[Stored data entries]
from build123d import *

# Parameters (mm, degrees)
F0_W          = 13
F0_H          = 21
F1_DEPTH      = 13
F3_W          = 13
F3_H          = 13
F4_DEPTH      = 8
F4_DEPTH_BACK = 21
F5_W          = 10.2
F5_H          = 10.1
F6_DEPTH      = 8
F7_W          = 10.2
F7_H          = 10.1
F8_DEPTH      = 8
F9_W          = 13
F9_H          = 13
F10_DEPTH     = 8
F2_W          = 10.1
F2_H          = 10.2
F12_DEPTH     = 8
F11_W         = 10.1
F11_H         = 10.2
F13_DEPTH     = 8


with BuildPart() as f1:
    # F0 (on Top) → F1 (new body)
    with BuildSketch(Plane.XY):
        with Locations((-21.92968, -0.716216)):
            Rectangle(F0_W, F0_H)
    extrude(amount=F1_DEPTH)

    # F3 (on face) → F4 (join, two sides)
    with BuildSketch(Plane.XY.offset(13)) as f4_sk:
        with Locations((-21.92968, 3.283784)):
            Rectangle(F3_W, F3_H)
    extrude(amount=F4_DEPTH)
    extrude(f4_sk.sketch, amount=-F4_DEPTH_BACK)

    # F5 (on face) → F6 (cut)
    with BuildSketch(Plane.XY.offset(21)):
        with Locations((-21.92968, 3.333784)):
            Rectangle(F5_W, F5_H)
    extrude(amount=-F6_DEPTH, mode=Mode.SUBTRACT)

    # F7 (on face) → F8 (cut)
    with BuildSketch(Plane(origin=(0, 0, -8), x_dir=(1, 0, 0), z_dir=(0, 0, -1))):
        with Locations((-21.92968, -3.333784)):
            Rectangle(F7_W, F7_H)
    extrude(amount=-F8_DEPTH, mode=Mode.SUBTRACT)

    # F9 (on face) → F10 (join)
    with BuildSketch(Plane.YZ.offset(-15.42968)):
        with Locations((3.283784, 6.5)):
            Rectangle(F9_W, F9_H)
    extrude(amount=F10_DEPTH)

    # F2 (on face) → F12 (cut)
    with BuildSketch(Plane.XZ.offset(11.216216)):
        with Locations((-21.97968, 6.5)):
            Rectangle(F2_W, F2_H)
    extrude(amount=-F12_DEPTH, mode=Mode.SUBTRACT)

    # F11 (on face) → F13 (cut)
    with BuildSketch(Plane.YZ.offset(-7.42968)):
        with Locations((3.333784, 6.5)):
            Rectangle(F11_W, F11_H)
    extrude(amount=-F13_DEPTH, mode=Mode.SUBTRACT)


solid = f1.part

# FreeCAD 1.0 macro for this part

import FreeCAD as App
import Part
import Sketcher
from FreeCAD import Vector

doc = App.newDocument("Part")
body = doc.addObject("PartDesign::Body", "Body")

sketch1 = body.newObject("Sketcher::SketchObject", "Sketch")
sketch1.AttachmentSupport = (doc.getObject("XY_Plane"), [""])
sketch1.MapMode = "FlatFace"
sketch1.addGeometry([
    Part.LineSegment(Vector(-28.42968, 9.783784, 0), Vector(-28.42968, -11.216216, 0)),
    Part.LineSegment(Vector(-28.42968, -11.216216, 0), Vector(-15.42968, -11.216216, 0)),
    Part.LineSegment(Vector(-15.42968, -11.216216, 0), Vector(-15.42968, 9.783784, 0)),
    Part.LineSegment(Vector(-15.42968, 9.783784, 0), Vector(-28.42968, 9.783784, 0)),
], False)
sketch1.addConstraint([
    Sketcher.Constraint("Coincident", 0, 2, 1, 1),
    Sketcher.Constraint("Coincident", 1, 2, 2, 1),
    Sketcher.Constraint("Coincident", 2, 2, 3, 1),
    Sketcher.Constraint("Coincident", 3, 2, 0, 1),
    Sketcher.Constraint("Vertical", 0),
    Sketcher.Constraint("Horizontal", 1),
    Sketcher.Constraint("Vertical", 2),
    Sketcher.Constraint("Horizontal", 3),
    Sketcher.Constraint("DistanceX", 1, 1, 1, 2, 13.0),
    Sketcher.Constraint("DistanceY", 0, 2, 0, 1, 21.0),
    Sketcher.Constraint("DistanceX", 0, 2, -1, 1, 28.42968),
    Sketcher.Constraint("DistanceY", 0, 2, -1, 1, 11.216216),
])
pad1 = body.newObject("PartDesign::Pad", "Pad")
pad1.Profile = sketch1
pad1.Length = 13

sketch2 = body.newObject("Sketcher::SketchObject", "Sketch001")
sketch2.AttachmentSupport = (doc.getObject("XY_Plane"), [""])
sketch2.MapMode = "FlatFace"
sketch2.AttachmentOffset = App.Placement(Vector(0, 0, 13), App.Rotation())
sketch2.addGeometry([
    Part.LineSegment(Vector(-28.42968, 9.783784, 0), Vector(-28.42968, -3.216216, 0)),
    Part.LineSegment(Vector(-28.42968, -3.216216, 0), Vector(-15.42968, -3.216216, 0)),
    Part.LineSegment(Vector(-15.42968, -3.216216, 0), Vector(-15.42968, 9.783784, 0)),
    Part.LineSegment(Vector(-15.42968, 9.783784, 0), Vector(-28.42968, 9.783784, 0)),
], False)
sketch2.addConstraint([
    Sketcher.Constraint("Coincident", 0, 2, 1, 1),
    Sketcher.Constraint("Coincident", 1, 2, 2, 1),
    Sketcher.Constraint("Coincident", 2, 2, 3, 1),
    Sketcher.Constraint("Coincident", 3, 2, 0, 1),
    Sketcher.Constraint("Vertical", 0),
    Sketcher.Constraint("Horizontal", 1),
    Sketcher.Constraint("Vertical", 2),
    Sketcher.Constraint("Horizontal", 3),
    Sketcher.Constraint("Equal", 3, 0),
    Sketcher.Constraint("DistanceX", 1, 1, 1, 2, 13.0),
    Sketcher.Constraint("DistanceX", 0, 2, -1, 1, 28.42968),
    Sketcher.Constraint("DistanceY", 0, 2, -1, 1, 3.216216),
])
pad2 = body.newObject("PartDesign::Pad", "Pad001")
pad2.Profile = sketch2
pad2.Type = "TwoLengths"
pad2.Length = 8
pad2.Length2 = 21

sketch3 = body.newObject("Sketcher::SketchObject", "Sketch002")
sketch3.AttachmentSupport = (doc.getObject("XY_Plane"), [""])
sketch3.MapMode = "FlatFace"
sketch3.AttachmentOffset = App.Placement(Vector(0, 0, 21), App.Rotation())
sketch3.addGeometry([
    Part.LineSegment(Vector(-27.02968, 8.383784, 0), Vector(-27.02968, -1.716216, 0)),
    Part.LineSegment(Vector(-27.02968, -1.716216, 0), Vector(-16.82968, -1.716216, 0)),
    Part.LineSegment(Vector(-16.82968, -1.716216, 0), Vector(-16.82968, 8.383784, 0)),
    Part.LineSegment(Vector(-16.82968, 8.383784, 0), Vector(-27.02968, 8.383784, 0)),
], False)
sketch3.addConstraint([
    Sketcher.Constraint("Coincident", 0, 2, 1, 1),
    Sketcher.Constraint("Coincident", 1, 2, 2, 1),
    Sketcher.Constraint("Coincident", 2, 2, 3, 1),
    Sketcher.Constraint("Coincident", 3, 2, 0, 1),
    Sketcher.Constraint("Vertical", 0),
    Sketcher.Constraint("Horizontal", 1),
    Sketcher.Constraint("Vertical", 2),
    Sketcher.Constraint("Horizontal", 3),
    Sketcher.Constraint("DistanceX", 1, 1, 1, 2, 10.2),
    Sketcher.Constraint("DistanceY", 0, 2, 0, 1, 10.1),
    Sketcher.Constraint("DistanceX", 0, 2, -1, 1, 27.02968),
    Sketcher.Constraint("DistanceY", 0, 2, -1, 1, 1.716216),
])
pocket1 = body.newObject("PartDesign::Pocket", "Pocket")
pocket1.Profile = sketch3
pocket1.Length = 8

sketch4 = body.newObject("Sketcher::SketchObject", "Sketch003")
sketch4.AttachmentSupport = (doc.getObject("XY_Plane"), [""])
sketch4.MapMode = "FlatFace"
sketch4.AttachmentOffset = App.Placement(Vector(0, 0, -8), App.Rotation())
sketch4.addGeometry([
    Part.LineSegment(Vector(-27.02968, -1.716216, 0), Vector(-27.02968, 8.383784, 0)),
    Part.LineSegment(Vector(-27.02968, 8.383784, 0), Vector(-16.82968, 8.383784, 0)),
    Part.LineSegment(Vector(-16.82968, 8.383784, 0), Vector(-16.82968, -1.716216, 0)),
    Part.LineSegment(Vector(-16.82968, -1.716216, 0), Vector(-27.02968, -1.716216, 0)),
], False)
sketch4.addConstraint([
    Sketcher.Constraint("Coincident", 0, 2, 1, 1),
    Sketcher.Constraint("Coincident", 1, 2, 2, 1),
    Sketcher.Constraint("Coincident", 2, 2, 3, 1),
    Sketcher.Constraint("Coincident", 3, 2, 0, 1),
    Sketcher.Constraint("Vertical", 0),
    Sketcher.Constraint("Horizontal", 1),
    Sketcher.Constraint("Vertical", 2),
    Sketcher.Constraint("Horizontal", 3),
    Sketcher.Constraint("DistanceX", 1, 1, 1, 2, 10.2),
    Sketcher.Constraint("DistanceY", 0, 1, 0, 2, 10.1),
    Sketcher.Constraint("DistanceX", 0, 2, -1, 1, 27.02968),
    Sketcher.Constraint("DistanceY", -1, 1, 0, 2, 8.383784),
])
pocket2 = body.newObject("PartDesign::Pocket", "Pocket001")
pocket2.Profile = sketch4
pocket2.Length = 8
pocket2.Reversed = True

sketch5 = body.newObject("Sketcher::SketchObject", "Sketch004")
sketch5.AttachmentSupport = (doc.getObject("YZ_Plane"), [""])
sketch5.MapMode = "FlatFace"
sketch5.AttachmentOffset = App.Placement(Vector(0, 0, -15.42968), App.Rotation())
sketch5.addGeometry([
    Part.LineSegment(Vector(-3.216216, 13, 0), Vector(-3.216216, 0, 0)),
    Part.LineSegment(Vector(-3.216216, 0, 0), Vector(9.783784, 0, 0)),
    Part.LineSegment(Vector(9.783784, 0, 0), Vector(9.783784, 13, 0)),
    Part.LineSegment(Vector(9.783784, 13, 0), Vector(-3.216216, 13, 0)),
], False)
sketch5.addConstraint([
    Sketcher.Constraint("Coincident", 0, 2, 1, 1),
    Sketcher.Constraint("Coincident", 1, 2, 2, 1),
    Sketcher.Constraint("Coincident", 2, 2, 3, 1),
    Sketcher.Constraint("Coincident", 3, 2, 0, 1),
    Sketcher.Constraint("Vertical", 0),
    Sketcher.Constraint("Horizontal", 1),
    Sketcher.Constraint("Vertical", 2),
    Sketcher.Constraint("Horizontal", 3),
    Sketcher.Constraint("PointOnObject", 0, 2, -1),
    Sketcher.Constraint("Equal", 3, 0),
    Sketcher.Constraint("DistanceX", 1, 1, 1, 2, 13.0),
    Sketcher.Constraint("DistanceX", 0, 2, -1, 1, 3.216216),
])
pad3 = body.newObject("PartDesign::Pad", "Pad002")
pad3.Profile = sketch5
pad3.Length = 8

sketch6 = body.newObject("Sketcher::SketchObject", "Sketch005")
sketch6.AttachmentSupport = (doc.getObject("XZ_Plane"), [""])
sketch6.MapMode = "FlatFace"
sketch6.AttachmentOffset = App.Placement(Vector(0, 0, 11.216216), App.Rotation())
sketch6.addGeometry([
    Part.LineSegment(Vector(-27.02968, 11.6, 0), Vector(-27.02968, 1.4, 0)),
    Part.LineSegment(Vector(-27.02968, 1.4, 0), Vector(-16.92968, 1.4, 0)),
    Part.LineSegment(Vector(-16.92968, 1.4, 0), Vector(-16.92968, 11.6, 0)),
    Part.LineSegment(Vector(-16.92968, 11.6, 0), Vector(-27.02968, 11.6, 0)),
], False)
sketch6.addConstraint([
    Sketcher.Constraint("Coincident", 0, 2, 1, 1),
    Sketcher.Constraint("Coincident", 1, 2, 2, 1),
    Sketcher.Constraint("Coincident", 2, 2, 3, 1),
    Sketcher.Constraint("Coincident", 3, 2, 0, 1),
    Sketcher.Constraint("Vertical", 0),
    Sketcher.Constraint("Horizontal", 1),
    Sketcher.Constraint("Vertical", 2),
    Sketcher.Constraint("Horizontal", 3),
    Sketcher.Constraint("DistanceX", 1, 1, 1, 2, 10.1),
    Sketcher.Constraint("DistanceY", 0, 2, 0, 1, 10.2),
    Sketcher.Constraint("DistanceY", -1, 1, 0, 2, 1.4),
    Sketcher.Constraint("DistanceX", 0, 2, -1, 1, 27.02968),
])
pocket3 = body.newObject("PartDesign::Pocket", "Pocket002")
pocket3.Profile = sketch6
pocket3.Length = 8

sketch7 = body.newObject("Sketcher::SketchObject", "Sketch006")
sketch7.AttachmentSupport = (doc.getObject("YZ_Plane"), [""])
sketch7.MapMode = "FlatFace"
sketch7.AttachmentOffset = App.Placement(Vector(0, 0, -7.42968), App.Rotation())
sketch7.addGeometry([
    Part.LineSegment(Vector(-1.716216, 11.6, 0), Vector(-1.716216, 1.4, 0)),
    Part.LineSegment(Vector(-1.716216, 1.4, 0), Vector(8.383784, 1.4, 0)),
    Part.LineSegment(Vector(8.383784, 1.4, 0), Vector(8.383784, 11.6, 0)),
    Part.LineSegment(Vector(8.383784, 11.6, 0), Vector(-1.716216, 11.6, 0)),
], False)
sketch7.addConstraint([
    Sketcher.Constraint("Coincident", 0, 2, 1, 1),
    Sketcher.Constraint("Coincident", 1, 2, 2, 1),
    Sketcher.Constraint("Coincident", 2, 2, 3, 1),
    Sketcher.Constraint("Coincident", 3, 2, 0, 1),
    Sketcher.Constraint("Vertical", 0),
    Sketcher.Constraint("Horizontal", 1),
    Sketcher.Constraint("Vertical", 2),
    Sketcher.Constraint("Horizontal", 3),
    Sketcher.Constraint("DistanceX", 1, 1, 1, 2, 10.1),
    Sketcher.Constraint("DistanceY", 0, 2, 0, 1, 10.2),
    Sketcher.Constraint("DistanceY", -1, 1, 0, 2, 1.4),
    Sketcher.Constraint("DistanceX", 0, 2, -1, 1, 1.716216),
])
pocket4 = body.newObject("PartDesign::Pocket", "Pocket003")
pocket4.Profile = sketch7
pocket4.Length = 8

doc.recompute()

Exercise details:
Taking the entries above, restate exactly those lines that fall between the line with "extrude(amount=F1_DEPTH)" and the line with "extrude(amount=-F12_DEPTH, mode=Mode.SUBTRACT)", keeping both of those lines too.

Answer:
    extrude(amount=F1_DEPTH)

    # F3 (on face) → F4 (join, two sides)
    with BuildSketch(Plane.XY.offset(13)) as f4_sk:
        with Locations((-21.92968, 3.283784)):
            Rectangle(F3_W, F3_H)
    extrude(amount=F4_DEPTH)
    extrude(f4_sk.sketch, amount=-F4_DEPTH_BACK)

    # F5 (on face) → F6 (cut)
    with BuildSketch(Plane.XY.offset(21)):
        with Locations((-21.92968, 3.333784)):
            Rectangle(F5_W, F5_H)
    extrude(amount=-F6_DEPTH, mode=Mode.SUBTRACT)

    # F7 (on face) → F8 (cut)
    with BuildSketch(Plane(origin=(0, 0, -8), x_dir=(1, 0, 0), z_dir=(0, 0, -1))):
        with Locations((-21.92968, -3.333784)):
            Rectangle(F7_W, F7_H)
    extrude(amount=-F8_DEPTH, mode=Mode.SUBTRACT)

    # F9 (on face) → F10 (join)
    with BuildSketch(Plane.YZ.offset(-15.42968)):
        with Locations((3.283784, 6.5)):
            Rectangle(F9_W, F9_H)
    extrude(amount=F10_DEPTH)

    # F2 (on face) → F12 (cut)
    with BuildSketch(Plane.XZ.offset(11.216216)):
        with Locations((-21.97968, 6.5)):
            Rectangle(F2_W, F2_H)
    extrude(amount=-F12_DEPTH, mode=Mode.SUBTRACT)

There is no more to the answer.